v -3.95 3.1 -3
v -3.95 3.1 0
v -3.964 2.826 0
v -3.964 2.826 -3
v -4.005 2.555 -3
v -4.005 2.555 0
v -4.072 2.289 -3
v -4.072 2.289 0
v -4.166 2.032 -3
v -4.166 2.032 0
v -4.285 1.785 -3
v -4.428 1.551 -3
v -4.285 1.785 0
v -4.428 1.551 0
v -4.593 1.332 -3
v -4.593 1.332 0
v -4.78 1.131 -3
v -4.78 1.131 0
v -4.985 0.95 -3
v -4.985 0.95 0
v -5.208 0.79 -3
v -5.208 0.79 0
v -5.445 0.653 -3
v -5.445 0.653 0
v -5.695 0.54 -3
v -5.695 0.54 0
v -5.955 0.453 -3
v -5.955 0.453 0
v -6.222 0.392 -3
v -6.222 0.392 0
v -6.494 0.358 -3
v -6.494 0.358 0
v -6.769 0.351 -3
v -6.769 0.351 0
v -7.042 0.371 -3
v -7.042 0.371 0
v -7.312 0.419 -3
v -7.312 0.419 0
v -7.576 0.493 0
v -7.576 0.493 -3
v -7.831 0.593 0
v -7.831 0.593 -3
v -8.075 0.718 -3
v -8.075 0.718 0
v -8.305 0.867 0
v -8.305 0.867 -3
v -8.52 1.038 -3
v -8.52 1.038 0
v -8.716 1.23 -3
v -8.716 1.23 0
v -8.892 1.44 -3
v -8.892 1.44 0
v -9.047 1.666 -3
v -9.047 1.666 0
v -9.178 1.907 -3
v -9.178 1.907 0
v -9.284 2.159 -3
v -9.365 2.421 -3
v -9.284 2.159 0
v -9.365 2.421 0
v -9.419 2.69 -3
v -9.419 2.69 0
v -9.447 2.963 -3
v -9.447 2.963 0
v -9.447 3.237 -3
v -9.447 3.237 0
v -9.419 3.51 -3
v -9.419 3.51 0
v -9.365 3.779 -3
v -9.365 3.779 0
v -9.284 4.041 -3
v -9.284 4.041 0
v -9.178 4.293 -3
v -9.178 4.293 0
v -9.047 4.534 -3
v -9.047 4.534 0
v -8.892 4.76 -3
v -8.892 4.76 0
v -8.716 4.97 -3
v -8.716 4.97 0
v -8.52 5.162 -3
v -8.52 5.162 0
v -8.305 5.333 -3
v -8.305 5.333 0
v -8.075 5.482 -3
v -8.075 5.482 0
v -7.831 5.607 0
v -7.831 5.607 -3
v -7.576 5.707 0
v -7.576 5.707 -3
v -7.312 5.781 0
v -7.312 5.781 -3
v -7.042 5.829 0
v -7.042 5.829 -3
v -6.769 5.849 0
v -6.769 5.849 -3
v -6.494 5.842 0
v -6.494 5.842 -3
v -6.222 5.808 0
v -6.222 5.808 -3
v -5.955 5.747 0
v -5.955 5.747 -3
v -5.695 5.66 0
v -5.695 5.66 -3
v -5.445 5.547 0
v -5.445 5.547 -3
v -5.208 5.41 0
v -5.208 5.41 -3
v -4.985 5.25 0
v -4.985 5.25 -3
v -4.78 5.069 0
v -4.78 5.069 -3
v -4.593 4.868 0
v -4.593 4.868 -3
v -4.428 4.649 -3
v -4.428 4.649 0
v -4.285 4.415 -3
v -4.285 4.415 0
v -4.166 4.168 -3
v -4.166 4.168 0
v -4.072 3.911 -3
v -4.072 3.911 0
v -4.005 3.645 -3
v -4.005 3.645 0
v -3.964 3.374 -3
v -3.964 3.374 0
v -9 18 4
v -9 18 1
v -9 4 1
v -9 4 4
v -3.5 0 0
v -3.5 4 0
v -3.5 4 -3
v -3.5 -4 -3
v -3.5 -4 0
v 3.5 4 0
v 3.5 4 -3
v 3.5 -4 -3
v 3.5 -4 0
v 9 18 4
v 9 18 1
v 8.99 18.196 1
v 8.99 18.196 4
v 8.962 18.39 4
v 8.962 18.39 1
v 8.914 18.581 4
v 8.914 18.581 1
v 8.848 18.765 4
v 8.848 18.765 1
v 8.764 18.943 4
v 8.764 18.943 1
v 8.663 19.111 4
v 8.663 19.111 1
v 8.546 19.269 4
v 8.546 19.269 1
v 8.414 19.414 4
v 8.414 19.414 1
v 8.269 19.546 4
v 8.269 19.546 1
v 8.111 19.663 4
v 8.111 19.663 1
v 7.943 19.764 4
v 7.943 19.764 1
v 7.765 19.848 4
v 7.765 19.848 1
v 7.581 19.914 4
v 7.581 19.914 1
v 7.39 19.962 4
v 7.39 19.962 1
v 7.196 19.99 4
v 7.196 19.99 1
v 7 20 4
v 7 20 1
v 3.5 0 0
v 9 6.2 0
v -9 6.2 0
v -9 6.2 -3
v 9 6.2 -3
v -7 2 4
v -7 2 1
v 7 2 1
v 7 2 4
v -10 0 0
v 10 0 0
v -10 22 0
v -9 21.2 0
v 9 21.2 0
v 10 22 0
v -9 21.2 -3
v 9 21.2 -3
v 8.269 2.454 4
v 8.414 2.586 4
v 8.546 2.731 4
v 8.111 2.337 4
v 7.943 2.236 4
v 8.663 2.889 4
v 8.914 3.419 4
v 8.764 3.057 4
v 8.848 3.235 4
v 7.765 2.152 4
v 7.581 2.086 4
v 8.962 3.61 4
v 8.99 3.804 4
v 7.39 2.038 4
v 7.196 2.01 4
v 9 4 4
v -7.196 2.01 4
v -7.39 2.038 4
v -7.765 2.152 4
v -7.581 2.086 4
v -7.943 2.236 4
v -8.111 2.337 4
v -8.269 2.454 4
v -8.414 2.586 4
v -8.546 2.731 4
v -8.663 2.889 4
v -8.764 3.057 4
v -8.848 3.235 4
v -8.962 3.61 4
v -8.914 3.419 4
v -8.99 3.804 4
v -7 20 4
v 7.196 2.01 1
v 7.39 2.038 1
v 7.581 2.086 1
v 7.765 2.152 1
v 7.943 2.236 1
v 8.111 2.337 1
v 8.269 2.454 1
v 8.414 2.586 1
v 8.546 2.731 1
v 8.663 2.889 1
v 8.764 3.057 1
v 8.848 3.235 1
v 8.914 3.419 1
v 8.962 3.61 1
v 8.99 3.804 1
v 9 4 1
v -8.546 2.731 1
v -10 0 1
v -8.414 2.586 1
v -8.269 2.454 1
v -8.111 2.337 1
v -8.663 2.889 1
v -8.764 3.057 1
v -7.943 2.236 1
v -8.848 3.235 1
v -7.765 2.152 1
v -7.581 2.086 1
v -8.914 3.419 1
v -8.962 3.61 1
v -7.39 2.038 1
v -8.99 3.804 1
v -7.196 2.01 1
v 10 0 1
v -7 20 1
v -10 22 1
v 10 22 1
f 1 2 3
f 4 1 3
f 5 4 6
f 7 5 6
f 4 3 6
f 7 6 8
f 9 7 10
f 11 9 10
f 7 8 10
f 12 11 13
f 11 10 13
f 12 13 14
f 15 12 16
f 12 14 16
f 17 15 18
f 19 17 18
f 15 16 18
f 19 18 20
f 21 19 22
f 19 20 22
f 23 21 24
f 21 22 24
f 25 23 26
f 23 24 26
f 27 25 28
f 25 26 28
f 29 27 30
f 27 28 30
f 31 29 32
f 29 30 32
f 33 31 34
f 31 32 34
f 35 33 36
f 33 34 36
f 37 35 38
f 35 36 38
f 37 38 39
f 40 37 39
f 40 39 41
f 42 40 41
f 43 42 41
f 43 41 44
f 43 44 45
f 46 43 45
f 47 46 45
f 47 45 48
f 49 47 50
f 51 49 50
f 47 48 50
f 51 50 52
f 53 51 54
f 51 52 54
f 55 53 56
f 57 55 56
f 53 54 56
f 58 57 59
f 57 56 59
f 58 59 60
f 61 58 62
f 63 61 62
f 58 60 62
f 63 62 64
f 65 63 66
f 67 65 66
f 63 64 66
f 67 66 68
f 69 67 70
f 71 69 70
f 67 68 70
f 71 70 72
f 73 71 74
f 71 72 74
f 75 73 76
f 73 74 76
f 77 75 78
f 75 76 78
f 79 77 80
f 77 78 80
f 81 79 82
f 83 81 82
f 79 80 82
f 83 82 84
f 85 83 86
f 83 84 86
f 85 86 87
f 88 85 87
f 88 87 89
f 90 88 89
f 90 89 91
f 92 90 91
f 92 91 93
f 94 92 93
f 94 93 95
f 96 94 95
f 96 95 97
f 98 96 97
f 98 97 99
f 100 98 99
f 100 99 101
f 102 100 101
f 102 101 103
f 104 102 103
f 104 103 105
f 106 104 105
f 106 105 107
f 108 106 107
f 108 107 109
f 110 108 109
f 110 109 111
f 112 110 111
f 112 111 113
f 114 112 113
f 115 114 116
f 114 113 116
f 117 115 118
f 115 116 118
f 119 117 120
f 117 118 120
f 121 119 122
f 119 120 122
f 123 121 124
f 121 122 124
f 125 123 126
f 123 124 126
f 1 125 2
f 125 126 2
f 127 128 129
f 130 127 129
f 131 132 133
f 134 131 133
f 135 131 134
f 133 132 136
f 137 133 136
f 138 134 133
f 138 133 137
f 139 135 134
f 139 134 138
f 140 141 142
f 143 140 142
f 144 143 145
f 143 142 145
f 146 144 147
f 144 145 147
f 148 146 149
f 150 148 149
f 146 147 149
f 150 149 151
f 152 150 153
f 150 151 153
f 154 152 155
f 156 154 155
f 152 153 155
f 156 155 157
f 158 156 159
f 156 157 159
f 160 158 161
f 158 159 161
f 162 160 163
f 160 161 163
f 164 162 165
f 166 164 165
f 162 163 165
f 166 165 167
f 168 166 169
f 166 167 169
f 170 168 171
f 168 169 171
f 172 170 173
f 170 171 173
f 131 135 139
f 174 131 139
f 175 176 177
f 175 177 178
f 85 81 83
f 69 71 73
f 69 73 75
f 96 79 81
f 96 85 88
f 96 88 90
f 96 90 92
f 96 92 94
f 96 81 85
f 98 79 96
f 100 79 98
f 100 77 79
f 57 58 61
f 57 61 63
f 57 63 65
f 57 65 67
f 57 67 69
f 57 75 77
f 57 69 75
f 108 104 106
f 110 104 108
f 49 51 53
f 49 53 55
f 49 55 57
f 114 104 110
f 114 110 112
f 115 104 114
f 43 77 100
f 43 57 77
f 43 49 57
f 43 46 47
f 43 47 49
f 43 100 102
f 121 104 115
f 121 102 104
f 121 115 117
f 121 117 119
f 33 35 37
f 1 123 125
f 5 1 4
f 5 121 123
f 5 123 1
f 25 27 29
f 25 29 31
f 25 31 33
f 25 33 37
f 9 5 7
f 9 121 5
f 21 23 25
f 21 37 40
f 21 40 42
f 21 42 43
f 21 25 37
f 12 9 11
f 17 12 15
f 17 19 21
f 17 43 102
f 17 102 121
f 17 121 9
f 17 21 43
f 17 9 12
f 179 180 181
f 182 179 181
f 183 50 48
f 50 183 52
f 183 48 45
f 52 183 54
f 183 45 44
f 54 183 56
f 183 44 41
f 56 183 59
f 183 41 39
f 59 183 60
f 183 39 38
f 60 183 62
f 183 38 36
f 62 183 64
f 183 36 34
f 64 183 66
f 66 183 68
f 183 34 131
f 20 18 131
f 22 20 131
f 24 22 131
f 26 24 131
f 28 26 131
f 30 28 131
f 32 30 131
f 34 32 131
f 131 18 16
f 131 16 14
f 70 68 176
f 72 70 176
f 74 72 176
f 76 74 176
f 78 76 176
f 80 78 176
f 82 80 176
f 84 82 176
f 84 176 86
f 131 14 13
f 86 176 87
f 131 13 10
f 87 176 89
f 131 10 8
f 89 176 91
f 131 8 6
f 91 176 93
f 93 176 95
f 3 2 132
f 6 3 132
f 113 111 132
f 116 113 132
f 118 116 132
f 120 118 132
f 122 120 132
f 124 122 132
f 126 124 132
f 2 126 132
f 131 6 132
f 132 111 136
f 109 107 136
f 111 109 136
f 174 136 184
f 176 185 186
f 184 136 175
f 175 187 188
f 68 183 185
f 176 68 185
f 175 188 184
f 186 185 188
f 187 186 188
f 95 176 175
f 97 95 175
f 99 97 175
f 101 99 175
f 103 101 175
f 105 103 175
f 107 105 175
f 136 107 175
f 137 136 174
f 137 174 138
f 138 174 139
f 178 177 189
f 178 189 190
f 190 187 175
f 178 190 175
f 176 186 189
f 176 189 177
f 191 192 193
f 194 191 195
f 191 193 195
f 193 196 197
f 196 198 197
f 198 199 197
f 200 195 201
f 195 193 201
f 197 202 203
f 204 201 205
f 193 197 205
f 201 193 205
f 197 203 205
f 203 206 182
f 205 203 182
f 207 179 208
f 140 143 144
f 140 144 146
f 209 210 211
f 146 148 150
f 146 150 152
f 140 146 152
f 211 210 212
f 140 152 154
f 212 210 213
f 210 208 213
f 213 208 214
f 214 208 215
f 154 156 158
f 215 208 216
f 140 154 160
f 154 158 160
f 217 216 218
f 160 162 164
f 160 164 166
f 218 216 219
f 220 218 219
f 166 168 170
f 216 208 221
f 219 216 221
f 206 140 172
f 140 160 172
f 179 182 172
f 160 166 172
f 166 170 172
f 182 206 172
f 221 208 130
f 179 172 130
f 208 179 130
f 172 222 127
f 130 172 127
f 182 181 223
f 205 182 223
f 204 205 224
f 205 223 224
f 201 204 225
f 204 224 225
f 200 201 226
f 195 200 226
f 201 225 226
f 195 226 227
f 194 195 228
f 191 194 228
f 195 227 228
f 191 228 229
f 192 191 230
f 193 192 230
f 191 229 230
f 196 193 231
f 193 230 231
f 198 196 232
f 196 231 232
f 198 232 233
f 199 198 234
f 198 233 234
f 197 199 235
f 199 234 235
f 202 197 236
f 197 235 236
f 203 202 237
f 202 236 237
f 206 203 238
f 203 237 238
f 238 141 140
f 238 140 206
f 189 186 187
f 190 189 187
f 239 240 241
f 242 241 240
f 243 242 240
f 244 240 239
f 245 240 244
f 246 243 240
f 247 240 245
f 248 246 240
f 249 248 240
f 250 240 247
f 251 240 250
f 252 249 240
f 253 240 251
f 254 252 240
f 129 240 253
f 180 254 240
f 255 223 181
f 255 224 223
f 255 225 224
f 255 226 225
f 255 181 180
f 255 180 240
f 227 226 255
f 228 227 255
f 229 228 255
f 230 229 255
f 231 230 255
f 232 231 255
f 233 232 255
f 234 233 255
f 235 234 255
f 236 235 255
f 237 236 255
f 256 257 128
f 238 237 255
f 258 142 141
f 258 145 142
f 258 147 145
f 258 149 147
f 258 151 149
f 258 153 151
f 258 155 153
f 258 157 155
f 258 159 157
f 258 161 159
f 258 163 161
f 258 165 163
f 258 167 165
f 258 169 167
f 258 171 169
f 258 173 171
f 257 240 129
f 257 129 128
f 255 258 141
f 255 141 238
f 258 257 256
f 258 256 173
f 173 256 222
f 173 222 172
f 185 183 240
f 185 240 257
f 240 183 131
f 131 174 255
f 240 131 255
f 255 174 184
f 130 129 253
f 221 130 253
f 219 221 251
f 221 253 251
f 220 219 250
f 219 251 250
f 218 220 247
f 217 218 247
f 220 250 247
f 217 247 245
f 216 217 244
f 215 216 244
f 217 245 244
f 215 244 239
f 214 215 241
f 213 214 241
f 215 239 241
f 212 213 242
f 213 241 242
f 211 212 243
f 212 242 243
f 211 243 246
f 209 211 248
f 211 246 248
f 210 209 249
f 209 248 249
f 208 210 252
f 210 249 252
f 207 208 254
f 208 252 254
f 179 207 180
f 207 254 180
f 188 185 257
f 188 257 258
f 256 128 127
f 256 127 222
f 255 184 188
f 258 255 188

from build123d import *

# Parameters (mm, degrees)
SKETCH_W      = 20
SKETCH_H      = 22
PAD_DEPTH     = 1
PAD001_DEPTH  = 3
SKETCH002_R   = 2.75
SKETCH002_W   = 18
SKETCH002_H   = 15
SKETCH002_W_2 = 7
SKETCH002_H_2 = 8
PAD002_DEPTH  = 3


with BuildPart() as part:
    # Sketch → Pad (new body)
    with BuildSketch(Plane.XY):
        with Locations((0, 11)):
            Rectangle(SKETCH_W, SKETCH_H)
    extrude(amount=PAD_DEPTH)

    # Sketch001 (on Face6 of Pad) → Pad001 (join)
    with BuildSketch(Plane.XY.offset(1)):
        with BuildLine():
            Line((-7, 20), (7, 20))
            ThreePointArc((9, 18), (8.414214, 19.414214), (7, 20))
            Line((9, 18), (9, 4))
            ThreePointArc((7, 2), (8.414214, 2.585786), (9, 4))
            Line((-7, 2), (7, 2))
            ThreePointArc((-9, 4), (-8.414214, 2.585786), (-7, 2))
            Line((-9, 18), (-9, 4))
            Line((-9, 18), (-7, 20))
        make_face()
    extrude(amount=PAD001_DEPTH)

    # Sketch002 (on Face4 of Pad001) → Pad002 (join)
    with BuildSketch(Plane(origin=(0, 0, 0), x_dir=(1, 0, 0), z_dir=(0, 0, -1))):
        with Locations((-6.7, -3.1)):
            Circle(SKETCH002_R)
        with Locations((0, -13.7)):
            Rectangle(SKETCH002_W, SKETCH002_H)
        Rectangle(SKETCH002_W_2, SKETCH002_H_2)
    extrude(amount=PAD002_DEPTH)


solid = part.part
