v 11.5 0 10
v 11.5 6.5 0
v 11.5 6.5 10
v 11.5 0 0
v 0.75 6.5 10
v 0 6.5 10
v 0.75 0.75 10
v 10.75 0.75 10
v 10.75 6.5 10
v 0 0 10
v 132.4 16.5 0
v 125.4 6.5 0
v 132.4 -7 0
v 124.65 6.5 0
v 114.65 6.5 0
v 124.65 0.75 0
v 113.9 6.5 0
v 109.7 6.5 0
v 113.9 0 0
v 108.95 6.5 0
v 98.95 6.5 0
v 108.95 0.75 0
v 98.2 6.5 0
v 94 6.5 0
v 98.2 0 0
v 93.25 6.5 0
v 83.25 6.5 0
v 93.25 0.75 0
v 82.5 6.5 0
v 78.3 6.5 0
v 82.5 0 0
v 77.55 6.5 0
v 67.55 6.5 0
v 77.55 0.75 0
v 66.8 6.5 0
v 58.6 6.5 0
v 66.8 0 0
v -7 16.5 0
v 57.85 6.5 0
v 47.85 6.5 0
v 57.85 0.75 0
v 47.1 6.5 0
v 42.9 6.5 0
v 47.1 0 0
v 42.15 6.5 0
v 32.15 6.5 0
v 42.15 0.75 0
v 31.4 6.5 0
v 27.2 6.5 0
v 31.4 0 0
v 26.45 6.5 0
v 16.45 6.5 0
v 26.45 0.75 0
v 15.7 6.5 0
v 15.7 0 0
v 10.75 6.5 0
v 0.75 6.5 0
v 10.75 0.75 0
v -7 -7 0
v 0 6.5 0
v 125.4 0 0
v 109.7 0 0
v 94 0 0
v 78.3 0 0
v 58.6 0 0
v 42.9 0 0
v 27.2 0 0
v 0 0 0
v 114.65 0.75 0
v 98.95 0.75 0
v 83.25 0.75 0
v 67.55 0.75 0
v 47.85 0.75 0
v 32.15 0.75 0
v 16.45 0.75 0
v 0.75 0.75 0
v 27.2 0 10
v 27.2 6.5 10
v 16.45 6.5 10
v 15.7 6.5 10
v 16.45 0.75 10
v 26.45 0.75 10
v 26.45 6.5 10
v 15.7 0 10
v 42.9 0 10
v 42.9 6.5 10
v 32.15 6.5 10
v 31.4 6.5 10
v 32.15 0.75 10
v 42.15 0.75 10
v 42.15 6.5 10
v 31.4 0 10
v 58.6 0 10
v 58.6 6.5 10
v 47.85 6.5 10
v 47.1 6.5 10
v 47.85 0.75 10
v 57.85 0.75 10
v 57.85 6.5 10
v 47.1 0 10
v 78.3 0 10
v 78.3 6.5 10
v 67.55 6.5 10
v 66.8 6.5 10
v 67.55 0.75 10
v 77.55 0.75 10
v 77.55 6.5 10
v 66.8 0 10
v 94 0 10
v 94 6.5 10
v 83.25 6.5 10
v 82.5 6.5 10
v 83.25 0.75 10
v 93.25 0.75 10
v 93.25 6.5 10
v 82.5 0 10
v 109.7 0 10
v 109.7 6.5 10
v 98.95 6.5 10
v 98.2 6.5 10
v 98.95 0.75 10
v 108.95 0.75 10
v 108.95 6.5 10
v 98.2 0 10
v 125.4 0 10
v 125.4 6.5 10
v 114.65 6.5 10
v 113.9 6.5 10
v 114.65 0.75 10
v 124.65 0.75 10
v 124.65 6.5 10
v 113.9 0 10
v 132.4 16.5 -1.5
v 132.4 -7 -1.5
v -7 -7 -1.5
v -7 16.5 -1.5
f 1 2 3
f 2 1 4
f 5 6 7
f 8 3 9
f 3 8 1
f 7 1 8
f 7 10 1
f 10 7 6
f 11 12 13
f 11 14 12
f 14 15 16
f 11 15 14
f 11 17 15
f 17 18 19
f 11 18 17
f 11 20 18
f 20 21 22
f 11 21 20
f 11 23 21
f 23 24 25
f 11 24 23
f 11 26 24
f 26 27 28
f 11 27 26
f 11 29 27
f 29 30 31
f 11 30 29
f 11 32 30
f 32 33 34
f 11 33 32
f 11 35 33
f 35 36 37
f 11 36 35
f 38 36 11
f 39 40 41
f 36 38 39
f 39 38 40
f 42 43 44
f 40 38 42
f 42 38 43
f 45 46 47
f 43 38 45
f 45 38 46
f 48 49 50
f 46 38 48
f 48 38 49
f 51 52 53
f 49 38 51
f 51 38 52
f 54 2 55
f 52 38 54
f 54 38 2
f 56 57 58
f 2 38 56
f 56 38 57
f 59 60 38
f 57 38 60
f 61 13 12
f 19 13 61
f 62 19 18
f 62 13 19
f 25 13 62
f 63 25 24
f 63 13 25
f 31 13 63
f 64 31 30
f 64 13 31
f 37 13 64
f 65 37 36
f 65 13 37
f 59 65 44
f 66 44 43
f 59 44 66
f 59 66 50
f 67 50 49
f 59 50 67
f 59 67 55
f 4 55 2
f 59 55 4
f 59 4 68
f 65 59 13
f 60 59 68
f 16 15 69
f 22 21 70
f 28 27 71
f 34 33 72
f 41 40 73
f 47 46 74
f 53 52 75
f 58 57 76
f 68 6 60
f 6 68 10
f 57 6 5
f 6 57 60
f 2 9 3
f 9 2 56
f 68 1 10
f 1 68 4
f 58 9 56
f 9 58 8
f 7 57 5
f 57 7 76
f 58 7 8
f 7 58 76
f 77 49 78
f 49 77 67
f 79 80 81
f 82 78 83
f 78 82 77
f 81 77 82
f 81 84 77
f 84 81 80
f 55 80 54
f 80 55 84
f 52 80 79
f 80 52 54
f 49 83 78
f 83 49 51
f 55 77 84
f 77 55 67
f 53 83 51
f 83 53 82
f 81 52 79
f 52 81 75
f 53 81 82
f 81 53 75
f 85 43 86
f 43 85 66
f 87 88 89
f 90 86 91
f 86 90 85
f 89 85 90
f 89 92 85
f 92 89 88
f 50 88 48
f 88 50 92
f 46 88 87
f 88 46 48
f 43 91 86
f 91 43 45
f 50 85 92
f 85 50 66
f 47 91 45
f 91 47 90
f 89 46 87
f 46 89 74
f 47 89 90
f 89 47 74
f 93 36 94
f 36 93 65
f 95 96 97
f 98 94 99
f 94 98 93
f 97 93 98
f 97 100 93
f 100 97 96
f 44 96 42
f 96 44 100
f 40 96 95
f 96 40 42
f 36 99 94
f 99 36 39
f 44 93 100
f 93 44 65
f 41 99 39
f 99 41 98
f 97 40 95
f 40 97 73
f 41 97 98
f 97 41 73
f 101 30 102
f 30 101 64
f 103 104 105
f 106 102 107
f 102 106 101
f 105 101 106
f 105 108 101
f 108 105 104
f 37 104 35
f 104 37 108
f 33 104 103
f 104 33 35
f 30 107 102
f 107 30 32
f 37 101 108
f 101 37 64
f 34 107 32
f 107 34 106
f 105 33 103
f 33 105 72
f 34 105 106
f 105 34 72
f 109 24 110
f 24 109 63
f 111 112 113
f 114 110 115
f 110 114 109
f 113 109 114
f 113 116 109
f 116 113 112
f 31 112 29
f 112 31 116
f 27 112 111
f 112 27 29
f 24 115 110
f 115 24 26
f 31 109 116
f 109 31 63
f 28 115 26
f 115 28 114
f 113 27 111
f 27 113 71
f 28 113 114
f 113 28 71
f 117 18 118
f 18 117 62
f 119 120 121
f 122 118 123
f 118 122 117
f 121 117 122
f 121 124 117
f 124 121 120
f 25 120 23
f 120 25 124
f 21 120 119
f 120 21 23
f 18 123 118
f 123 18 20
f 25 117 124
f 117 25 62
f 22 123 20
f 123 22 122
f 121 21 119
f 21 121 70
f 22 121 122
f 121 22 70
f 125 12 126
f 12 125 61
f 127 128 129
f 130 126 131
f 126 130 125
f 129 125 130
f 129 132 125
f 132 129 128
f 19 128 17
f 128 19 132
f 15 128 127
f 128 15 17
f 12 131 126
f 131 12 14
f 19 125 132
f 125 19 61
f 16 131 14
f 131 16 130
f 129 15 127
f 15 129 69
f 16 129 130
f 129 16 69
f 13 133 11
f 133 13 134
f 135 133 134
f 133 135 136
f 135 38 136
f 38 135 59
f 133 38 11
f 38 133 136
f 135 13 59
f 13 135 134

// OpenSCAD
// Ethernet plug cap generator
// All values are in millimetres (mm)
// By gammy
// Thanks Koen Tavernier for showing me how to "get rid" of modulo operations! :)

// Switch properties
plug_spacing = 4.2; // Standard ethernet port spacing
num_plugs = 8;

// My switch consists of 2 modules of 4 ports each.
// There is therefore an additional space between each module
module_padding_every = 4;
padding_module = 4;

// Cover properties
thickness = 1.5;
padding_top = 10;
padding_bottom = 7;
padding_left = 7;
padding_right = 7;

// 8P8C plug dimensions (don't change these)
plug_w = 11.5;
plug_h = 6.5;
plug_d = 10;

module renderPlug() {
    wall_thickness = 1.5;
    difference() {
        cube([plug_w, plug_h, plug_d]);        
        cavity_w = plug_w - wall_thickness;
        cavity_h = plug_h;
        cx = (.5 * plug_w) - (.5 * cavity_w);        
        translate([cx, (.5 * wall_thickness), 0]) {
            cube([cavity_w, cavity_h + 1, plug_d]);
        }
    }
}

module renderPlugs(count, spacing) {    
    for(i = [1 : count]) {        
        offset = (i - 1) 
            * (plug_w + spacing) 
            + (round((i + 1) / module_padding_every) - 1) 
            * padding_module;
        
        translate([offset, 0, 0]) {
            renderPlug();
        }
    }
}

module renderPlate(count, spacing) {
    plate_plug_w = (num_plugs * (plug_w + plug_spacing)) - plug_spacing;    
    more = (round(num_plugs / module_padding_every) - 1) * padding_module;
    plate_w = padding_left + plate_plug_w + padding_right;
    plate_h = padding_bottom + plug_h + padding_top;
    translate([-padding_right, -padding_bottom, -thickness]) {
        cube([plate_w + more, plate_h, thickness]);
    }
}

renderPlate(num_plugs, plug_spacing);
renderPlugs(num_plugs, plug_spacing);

**********

TASK GOAL:
Print, exactly as written, the first line of the records above and each line after it until the line with "v -7.042 5.829 -3", which is printed too.

EXERCISE SOLUTION:
v -3.95 3.1 -3
v -3.95 3.1 0
v -3.964 2.826 0
v -3.964 2.826 -3
v -4.005 2.555 -3
v -4.005 2.555 0
v -4.072 2.289 -3
v -4.072 2.289 0
v -4.166 2.032 -3
v -4.166 2.032 0
v -4.285 1.785 -3
v -4.428 1.551 -3
v -4.285 1.785 0
v -4.428 1.551 0
v -4.593 1.332 -3
v -4.593 1.332 0
v -4.78 1.131 -3
v -4.78 1.131 0
v -4.985 0.95 -3
v -4.985 0.95 0
v -5.208 0.79 -3
v -5.208 0.79 0
v -5.445 0.653 -3
v -5.445 0.653 0
v -5.695 0.54 -3
v -5.695 0.54 0
v -5.955 0.453 -3
v -5.955 0.453 0
v -6.222 0.392 -3
v -6.222 0.392 0
v -6.494 0.358 -3
v -6.494 0.358 0
v -6.769 0.351 -3
v -6.769 0.351 0
v -7.042 0.371 -3
v -7.042 0.371 0
v -7.312 0.419 -3
v -7.312 0.419 0
v -7.576 0.493 0
v -7.576 0.493 -3
v -7.831 0.593 0
v -7.831 0.593 -3
v -8.075 0.718 -3
v -8.075 0.718 0
v -8.305 0.867 0
v -8.305 0.867 -3
v -8.52 1.038 -3
v -8.52 1.038 0
v -8.716 1.23 -3
v -8.716 1.23 0
v -8.892 1.44 -3
v -8.892 1.44 0
v -9.047 1.666 -3
v -9.047 1.666 0
v -9.178 1.907 -3
v -9.178 1.907 0
v -9.284 2.159 -3
v -9.365 2.421 -3
v -9.284 2.159 0
v -9.365 2.421 0
v -9.419 2.69 -3
v -9.419 2.69 0
v -9.447 2.963 -3
v -9.447 2.963 0
v -9.447 3.237 -3
v -9.447 3.237 0
v -9.419 3.51 -3
v -9.419 3.51 0
v -9.365 3.779 -3
v -9.365 3.779 0
v -9.284 4.041 -3
v -9.284 4.041 0
v -9.178 4.293 -3
v -9.178 4.293 0
v -9.047 4.534 -3
v -9.047 4.534 0
v -8.892 4.76 -3
v -8.892 4.76 0
v -8.716 4.97 -3
v -8.716 4.97 0
v -8.52 5.162 -3
v -8.52 5.162 0
v -8.305 5.333 -3
v -8.305 5.333 0
v -8.075 5.482 -3
v -8.075 5.482 0
v -7.831 5.607 0
v -7.831 5.607 -3
v -7.576 5.707 0
v -7.576 5.707 -3
v -7.312 5.781 0
v -7.312 5.781 -3
v -7.042 5.829 0
v -7.042 5.829 -3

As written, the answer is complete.